◆ Work instructions ◆
Each line in the entries that has the word "BuildSketch" has to be copied.

Stored items:
========

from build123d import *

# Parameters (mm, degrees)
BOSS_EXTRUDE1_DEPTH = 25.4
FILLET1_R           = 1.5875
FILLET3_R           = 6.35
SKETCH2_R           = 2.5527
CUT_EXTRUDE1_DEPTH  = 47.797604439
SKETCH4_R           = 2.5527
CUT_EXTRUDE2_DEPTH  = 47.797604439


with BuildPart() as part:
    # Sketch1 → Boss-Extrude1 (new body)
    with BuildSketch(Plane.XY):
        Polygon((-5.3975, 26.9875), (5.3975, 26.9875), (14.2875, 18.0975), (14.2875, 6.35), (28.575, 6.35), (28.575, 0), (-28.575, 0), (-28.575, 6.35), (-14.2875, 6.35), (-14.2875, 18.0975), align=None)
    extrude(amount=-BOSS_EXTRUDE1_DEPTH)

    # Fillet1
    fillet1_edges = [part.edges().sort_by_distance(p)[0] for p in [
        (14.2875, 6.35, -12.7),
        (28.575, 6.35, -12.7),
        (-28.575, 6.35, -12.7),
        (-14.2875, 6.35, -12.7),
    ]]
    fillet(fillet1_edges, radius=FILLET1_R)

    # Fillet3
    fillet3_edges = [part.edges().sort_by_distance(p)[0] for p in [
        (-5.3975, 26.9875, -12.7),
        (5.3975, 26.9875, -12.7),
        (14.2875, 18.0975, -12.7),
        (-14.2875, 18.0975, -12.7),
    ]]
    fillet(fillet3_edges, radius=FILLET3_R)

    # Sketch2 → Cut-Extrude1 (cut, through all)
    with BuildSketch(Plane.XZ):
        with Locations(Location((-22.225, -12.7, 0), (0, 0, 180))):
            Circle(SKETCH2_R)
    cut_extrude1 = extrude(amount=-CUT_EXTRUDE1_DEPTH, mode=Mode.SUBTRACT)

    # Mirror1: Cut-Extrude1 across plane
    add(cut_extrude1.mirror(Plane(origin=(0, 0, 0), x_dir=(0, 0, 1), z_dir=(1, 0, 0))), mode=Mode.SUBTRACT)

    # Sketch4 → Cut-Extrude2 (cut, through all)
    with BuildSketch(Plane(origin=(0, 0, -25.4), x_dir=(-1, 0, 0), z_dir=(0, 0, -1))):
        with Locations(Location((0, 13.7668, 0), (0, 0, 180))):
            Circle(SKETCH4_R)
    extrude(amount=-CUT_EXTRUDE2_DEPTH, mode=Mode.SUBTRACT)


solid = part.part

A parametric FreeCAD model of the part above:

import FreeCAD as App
import Part
import Sketcher
from FreeCAD import Vector
Q = App.Units.Quantity


def edges_at(feature, points):
    """Names of the edges that pass closest to the given points."""
    edges = feature.Shape.Edges
    near = lambda p: min(range(len(edges)), key=lambda i: edges[i].distToShape(Part.Vertex(*p))[0])
    return sorted({f"Edge{near(p) + 1}" for p in points})


def add_polygon(sketch, points):
    """Adds a closed chain of lines whose ends are joined by coincident constraints."""
    first, n = sketch.GeometryCount, len(points)
    for a, b in zip(points, points[1:] + points[:1]):
        sketch.addGeometry(Part.LineSegment(App.Vector(*a, 0), App.Vector(*b, 0)), False)
    for i in range(n):
        sketch.addConstraint(Sketcher.Constraint("Coincident", first + i, 2, first + (i + 1) % n, 1))

doc = App.newDocument("Part")
params = doc.addObject("Spreadsheet::Sheet", "Params")
for row, (alias, value) in enumerate([
    ("sketch1_width", "2.25 in"),
    ("sketch1_height", "0.25 in"),
    ("sketch1_width2", "0.425 in"),
    ("sketch1_width3", "0.5625 in"),
    ("pad1_length", "1 in"),
    ("fillet_radius", "0.0625 in"),
    ("fillet2_radius", "0.25 in"),
    ("sketch2_diameter", "0.201 in"),
    ("sketch3_diameter", "0.201 in"),
], start=1):
    params.set(f"A{row}", alias)
    params.set(f"B{row}", "=" + value)
    params.setAlias(f"B{row}", alias)

body = doc.addObject("PartDesign::Body", "Body")

sketch1 = doc.addObject("Sketcher::SketchObject", "Sketch")
body.addObject(sketch1)
sketch1.AttachmentSupport = (doc.XY_Plane, [""])
sketch1.MapMode = "FlatFace"
add_polygon(sketch1, [(5.3975, 26.9875), (-5.3975, 26.9875), (-14.2875, 18.0975), (-14.2875, 6.35), (-28.575, 6.35), (-28.575, 0), (28.575, 0), (28.575, 6.35), (14.2875, 6.35), (14.2875, 18.0975)])
sketch1.addConstraint([
    Sketcher.Constraint("Horizontal", 0),
    Sketcher.Constraint("Vertical", 2),
    Sketcher.Constraint("Horizontal", 3),
    Sketcher.Constraint("Vertical", 4),
    Sketcher.Constraint("Horizontal", 5),
    Sketcher.Constraint("Vertical", 6),
    Sketcher.Constraint("Horizontal", 7),
    Sketcher.Constraint("Vertical", 8),
    Sketcher.Constraint("Symmetric", 4, 2, 5, 2, -1, 1),
    Sketcher.Constraint("Symmetric", 2, 2, 7, 2, -2),
    Sketcher.Constraint("Perpendicular", 1, 9),
    Sketcher.Constraint("Horizontal", 1, 2, 8, 2),
    Sketcher.Constraint("Equal", 1, 9),
    Sketcher.Constraint("DistanceX", 5, 1, 5, 2, Q("2.25 in")),
    Sketcher.Constraint("DistanceY", 4, 2, 4, 1, Q("0.25 in")),
    Sketcher.Constraint("DistanceX", 0, 2, 0, 1, Q("0.425 in")),
    Sketcher.Constraint("DistanceX", 3, 2, 3, 1, Q("0.5625 in")),
    Sketcher.Constraint("DistanceY", 2, 2, 2, 1, Q("0.4625 in")),
])
sketch1.setExpression("Constraints[23]", "Params.sketch1_width")
sketch1.setExpression("Constraints[24]", "Params.sketch1_height")
sketch1.setExpression("Constraints[25]", "Params.sketch1_width2")
sketch1.setExpression("Constraints[26]", "Params.sketch1_width3")
pad1 = doc.addObject("PartDesign::Pad", "Pad")
body.addObject(pad1)
pad1.Profile = sketch1
pad1.setExpression("Length", "Params.pad1_length")
pad1.Reversed = True
doc.recompute()

fillet = doc.addObject("PartDesign::Fillet", "Fillet")
body.addObject(fillet)
fillet.Base = (pad1, edges_at(pad1, [
    (14.287, 6.35, -12.7),
    (28.575, 6.35, -12.7),
    (-28.575, 6.35, -12.7),
    (-14.287, 6.35, -12.7),
]))
fillet.setExpression("Radius", "Params.fillet_radius")
doc.recompute()

fillet2 = doc.addObject("PartDesign::Fillet", "Fillet001")
body.addObject(fillet2)
fillet2.Base = (fillet, edges_at(fillet, [
    (-5.397, 26.988, -12.7),
    (5.397, 26.988, -12.7),
    (14.287, 18.098, -12.7),
    (-14.287, 18.098, -12.7),
]))
fillet2.setExpression("Radius", "Params.fillet2_radius")

sketch2 = doc.addObject("Sketcher::SketchObject", "Sketch001")
body.addObject(sketch2)
sketch2.AttachmentSupport = (doc.XZ_Plane, [""])
sketch2.MapMode = "FlatFace"
sketch2.addGeometry(Part.Circle(Vector(-22.225, -12.7, 0), Vector(0, 0, 1), 2.5527), False)
sketch2.addConstraint([
    Sketcher.Constraint("Diameter", 0, Q("0.201 in")),
    Sketcher.Constraint("DistanceY", 0, 3, -1, 1, Q("0.5 in")),
    Sketcher.Constraint("DistanceX", 0, 3, -1, 1, Q("0.875 in")),
])
sketch2.setExpression("Constraints[0]", "Params.sketch2_diameter")
pocket1 = doc.addObject("PartDesign::Pocket", "Pocket")
body.addObject(pocket1)
pocket1.Profile = sketch2
pocket1.Type = "ThroughAll"
doc.recompute()

mirrored = doc.addObject("PartDesign::Mirrored", "Mirrored")
body.addObject(mirrored)
mirrored.Originals = [pocket1]
mirrored.MirrorPlane = (doc.YZ_Plane, [""])
body.Tip = mirrored

sketch3 = doc.addObject("Sketcher::SketchObject", "Sketch002")
body.addObject(sketch3)
sketch3.AttachmentSupport = (doc.XY_Plane, [""])
sketch3.MapMode = "FlatFace"
sketch3.AttachmentOffset = App.Placement(Vector(0, 0, -1 * 25.4), App.Rotation())
sketch3.addGeometry(Part.Circle(Vector(0, 13.7668, 0), Vector(0, 0, 1), 2.5527), False)
sketch3.addConstraint([
    Sketcher.Constraint("PointOnObject", 0, 3, -2),
    Sketcher.Constraint("Diameter", 0, Q("0.201 in")),
    Sketcher.Constraint("DistanceY", -1, 1, 0, 3, Q("0.542 in")),
])
sketch3.setExpression("Constraints[1]", "Params.sketch3_diameter")
pocket2 = doc.addObject("PartDesign::Pocket", "Pocket001")
body.addObject(pocket2)
pocket2.Profile = sketch3
pocket2.Type = "ThroughAll"
pocket2.Reversed = True

doc.recompute()
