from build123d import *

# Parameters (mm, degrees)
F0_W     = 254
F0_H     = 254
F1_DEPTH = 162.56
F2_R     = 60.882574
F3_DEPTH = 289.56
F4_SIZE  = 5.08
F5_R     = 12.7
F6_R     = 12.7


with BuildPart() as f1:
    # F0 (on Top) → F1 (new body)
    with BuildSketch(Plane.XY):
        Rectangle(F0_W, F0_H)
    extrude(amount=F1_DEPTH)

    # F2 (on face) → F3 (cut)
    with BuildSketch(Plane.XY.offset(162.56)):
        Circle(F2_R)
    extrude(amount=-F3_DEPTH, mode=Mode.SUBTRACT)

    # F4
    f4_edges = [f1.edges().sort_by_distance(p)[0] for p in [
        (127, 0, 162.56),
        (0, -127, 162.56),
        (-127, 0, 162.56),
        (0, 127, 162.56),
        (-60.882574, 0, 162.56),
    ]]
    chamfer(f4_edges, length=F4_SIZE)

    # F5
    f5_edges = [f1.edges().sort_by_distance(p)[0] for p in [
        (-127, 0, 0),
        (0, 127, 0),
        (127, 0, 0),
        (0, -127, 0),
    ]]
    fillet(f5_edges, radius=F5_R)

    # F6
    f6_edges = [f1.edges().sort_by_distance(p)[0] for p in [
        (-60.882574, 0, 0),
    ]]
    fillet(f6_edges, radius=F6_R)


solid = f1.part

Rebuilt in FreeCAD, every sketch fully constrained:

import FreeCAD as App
import Part
import Sketcher
from FreeCAD import Vector
Q = App.Units.Quantity


def edges_at(feature, points):
    """Names of the edges that pass closest to the given points."""
    edges = feature.Shape.Edges
    near = lambda p: min(range(len(edges)), key=lambda i: edges[i].distToShape(Part.Vertex(*p))[0])
    return sorted({f"Edge{near(p) + 1}" for p in points})


def add_polygon(sketch, points):
    """Adds a closed chain of lines whose ends are joined by coincident constraints."""
    first, n = sketch.GeometryCount, len(points)
    for a, b in zip(points, points[1:] + points[:1]):
        sketch.addGeometry(Part.LineSegment(App.Vector(*a, 0), App.Vector(*b, 0)), False)
    for i in range(n):
        sketch.addConstraint(Sketcher.Constraint("Coincident", first + i, 2, first + (i + 1) % n, 1))

doc = App.newDocument("Part")
body = doc.addObject("PartDesign::Body", "Body")

sketch1 = doc.addObject("Sketcher::SketchObject", "Sketch")
body.addObject(sketch1)
sketch1.AttachmentSupport = (doc.XY_Plane, [""])
sketch1.MapMode = "FlatFace"
add_polygon(sketch1, [(-127, 127), (-127, -127), (127, -127), (127, 127)])
sketch1.addConstraint([
    Sketcher.Constraint("Vertical", 0),
    Sketcher.Constraint("Horizontal", 1),
    Sketcher.Constraint("Vertical", 2),
    Sketcher.Constraint("Horizontal", 3),
    Sketcher.Constraint("Symmetric", 0, 2, 2, 2, -1, 1),
    Sketcher.Constraint("Equal", 3, 0),
    Sketcher.Constraint("DistanceX", 1, 1, 1, 2, Q("10 in")),
])
pad1 = doc.addObject("PartDesign::Pad", "Pad")
body.addObject(pad1)
pad1.Profile = sketch1
pad1.Length = Q("6.4 in")

sketch2 = doc.addObject("Sketcher::SketchObject", "Sketch001")
body.addObject(sketch2)
sketch2.AttachmentSupport = (doc.XY_Plane, [""])
sketch2.MapMode = "FlatFace"
sketch2.AttachmentOffset = App.Placement(Vector(0, 0, 6.4 * 25.4), App.Rotation())
sketch2.addGeometry(Part.Circle(Vector(0, 0, 0), Vector(0, 0, 1), 60.882574), False)
sketch2.addConstraint([
    Sketcher.Constraint("Coincident", 0, 3, -1, 1),
    Sketcher.Constraint("Diameter", 0, 121.765148),
])
pocket1 = doc.addObject("PartDesign::Pocket", "Pocket")
body.addObject(pocket1)
pocket1.Profile = sketch2
pocket1.Length = Q("11.4 in")
doc.recompute()

chamfer = doc.addObject("PartDesign::Chamfer", "Chamfer")
body.addObject(chamfer)
chamfer.Base = (pocket1, edges_at(pocket1, [
    (127, 0, 162.56),
    (0, -127, 162.56),
    (-127, 0, 162.56),
    (0, 127, 162.56),
    (-60.883, 0, 162.56),
]))
chamfer.Size = Q("0.2 in")
doc.recompute()

fillet = doc.addObject("PartDesign::Fillet", "Fillet")
body.addObject(fillet)
fillet.Base = (chamfer, edges_at(chamfer, [
    (-127, 0, 0),
    (0, 127, 0),
    (127, 0, 0),
    (0, -127, 0),
]))
fillet.Radius = Q("0.5 in")
doc.recompute()

fillet2 = doc.addObject("PartDesign::Fillet", "Fillet001")
body.addObject(fillet2)
fillet2.Base = (fillet, edges_at(fillet, [(-60.883, 0, 0)]))
fillet2.Radius = Q("0.5 in")

doc.recompute()
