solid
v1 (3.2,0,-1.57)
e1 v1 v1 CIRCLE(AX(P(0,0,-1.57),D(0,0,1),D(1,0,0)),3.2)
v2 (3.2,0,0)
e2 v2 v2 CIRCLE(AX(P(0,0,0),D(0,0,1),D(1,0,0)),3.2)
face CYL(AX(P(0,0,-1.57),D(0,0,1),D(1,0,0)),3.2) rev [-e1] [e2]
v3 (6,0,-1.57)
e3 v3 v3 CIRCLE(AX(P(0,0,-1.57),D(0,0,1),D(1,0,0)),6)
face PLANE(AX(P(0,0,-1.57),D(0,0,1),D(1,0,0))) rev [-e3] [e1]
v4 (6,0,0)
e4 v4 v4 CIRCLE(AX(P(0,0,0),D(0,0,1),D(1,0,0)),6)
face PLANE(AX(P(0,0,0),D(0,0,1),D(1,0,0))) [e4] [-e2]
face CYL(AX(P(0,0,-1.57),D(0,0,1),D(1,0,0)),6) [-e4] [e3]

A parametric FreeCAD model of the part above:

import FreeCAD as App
import Part
import Sketcher

V = App.Vector
Q = App.Units.Quantity

doc = App.newDocument("Part")
body = doc.addObject("PartDesign::Body", "Body")

sketch1 = doc.addObject("Sketcher::SketchObject", "Sketch")
body.addObject(sketch1)
sketch1.AttachmentSupport = (doc.XY_Plane, [""])
sketch1.MapMode = "FlatFace"
sketch1.addGeometry([
    Part.Circle(V(0, 0, 0), V(0, 0, 1), 6),
    Part.Circle(V(0, 0, 0), V(0, 0, 1), 3.2),
], False)
sketch1.addConstraint([
    Sketcher.Constraint("Coincident", 0, 3, -1, 1),
    Sketcher.Constraint("Coincident", 1, 3, -1, 1),
    Sketcher.Constraint("Diameter", 0, Q("12 mm")),
    Sketcher.Constraint("Diameter", 1, Q("6.4 mm")),
])
pad1 = doc.addObject("PartDesign::Pad", "Pad")
body.addObject(pad1)
pad1.Profile = sketch1
pad1.Length = 1.57
pad1.Reversed = True

doc.recompute()
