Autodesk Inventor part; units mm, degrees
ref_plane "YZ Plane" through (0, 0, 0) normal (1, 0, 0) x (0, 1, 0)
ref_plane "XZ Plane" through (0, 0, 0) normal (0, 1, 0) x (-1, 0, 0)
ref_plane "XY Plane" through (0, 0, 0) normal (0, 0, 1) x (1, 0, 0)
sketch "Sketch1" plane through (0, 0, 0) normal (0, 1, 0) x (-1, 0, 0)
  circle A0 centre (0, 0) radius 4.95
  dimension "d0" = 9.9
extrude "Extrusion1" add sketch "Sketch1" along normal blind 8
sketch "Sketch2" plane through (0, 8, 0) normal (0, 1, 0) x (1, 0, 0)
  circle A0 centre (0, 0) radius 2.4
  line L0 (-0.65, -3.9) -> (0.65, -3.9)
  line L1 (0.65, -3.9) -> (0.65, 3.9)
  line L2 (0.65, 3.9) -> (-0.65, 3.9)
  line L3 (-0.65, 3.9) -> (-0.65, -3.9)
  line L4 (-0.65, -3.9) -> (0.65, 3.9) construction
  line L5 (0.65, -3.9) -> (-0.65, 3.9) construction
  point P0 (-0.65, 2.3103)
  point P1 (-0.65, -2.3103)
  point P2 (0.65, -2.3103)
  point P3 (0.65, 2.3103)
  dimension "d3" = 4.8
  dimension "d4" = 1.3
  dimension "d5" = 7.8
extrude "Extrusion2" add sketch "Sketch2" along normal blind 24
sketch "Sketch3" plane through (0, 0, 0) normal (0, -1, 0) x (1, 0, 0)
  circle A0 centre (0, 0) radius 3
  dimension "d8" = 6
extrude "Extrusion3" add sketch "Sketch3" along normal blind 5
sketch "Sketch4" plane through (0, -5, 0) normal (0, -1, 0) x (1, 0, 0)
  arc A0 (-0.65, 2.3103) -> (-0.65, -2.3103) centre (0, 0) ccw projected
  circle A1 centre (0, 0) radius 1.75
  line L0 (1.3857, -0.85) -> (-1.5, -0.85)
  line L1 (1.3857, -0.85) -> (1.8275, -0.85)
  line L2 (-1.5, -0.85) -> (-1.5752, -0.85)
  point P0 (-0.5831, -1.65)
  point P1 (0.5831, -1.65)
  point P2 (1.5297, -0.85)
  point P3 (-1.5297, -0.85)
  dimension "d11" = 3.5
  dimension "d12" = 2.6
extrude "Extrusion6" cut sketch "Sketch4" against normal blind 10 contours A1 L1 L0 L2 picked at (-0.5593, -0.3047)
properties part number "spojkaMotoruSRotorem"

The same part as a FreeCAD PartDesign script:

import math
import FreeCAD as App
import Part
import Sketcher

V = App.Vector
Q = App.Units.Quantity

doc = App.newDocument("Part")
body = doc.addObject("PartDesign::Body", "Body")

sketch1 = body.newObject("Sketcher::SketchObject", "Sketch")
sketch1.AttachmentSupport = (doc.getObject("XZ_Plane"), [""])
sketch1.MapMode = "FlatFace"
sketch1.addGeometry(Part.Circle(V(0, 0, 0), V(0, 0, 1), 5), False)
sketch1.addConstraint([
    Sketcher.Constraint("Coincident", 0, 3, -1, 1),
    Sketcher.Constraint("Diameter", 0, Q("9.9 mm")),
])
pad1 = body.newObject("PartDesign::Pad", "Pad")
pad1.Profile = sketch1
pad1.Length = 8
pad1.Reversed = True

sketch2 = body.newObject("Sketcher::SketchObject", "Sketch001")
sketch2.AttachmentSupport = (doc.getObject("XZ_Plane"), [""])
sketch2.MapMode = "FlatFace"
sketch2.AttachmentOffset = App.Placement(V(0, 0, -8), App.Rotation())
sketch2.addGeometry([
    Part.ArcOfCircle(Part.Circle(V(0, 0, 0), V(0, 0, 1), 2.4), math.radians(-74), math.radians(74)),
    Part.LineSegment(V(0.7, -2.3, 0), V(0.7, -3.9, 0)),
    Part.LineSegment(V(0.7, -3.9, 0), V(-0.7, -3.9, 0)),
    Part.LineSegment(V(-0.7, -3.9, 0), V(-0.7, -2.3, 0)),
    Part.ArcOfCircle(Part.Circle(V(0, 0, 0), V(0, 0, 1), 2.4), math.radians(106), math.radians(254)),
    Part.LineSegment(V(-0.7, 2.3, 0), V(-0.7, 3.9, 0)),
    Part.LineSegment(V(-0.7, 3.9, 0), V(0.7, 3.9, 0)),
    Part.LineSegment(V(0.7, 3.9, 0), V(0.7, 2.3, 0)),
], False)
sketch2.addConstraint([
    Sketcher.Constraint("Coincident", 0, 1, 1, 1),
    Sketcher.Constraint("Coincident", 1, 2, 2, 1),
    Sketcher.Constraint("Coincident", 2, 2, 3, 1),
    Sketcher.Constraint("Coincident", 3, 2, 4, 2),
    Sketcher.Constraint("Coincident", 4, 1, 5, 1),
    Sketcher.Constraint("Coincident", 5, 2, 6, 1),
    Sketcher.Constraint("Coincident", 6, 2, 7, 1),
    Sketcher.Constraint("Coincident", 7, 2, 0, 2),
    Sketcher.Constraint("Vertical", 1),
    Sketcher.Constraint("Horizontal", 2),
    Sketcher.Constraint("Vertical", 3),
    Sketcher.Constraint("Vertical", 5),
    Sketcher.Constraint("Horizontal", 6),
    Sketcher.Constraint("Vertical", 7),
    Sketcher.Constraint("Coincident", 0, 3, -1, 1),
    Sketcher.Constraint("Coincident", 4, 3, -1, 1),
    Sketcher.Constraint("Equal", 0, 4),
    Sketcher.Constraint("Symmetric", 1, 2, 5, 2, -1, 1),
    Sketcher.Constraint("Horizontal", 0, 1, 3, 2),
    Sketcher.Constraint("Horizontal", 4, 1, 7, 2),
    Sketcher.Constraint("Radius", 0, Q("2.4 mm")),
    Sketcher.Constraint("DistanceX", 2, 2, 2, 1, Q("1.3 mm")),
    Sketcher.Constraint("DistanceY", 1, 2, -1, 1, Q("3.9 mm")),
])
pad2 = body.newObject("PartDesign::Pad", "Pad001")
pad2.Profile = sketch2
pad2.Length = 24
pad2.Reversed = True

sketch3 = body.newObject("Sketcher::SketchObject", "Sketch002")
sketch3.AttachmentSupport = (doc.getObject("XZ_Plane"), [""])
sketch3.MapMode = "FlatFace"
sketch3.addGeometry(Part.Circle(V(0, 0, 0), V(0, 0, 1), 3), False)
sketch3.addConstraint([
    Sketcher.Constraint("Coincident", 0, 3, -1, 1),
    Sketcher.Constraint("Diameter", 0, Q("6 mm")),
])
pad3 = body.newObject("PartDesign::Pad", "Pad002")
pad3.Profile = sketch3
pad3.Length = 5

sketch4 = body.newObject("Sketcher::SketchObject", "Sketch003")
sketch4.AttachmentSupport = (doc.getObject("XZ_Plane"), [""])
sketch4.MapMode = "FlatFace"
sketch4.AttachmentOffset = App.Placement(V(0, 0, 5), App.Rotation())
sketch4.addGeometry([
    Part.ArcOfCircle(Part.Circle(V(0, 0, 0), V(0, 0, 1), 1.8), math.radians(-29), math.radians(209)),
    Part.LineSegment(V(-1.5, -0.8, 0), V(1.5, -0.8, 0)),
], False)
sketch4.addConstraint([
    Sketcher.Constraint("Coincident", 0, 1, 1, 2),
    Sketcher.Constraint("Coincident", 1, 1, 0, 2),
    Sketcher.Constraint("Horizontal", 1),
    Sketcher.Constraint("Coincident", 0, 3, -1, 1),
    Sketcher.Constraint("Radius", 0, Q("1.75 mm")),
    Sketcher.Constraint("DistanceY", 0, 1, -1, 1, Q("0.85 mm")),
])
pocket1 = body.newObject("PartDesign::Pocket", "Pocket")
pocket1.Profile = sketch4
pocket1.Length = 10

doc.recompute()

========

◆ Solved problem ◆
    with BuildSketch(Plane.XY):
    with BuildSketch(Plane.XZ):
    with BuildSketch(Plane(origin=(0, 0, -25.4), x_dir=(-1, 0, 0), z_dir=(0, 0, -1))):
    with BuildSketch(Plane.XY):
    with BuildSketch(Plane.XY.offset(162.56)):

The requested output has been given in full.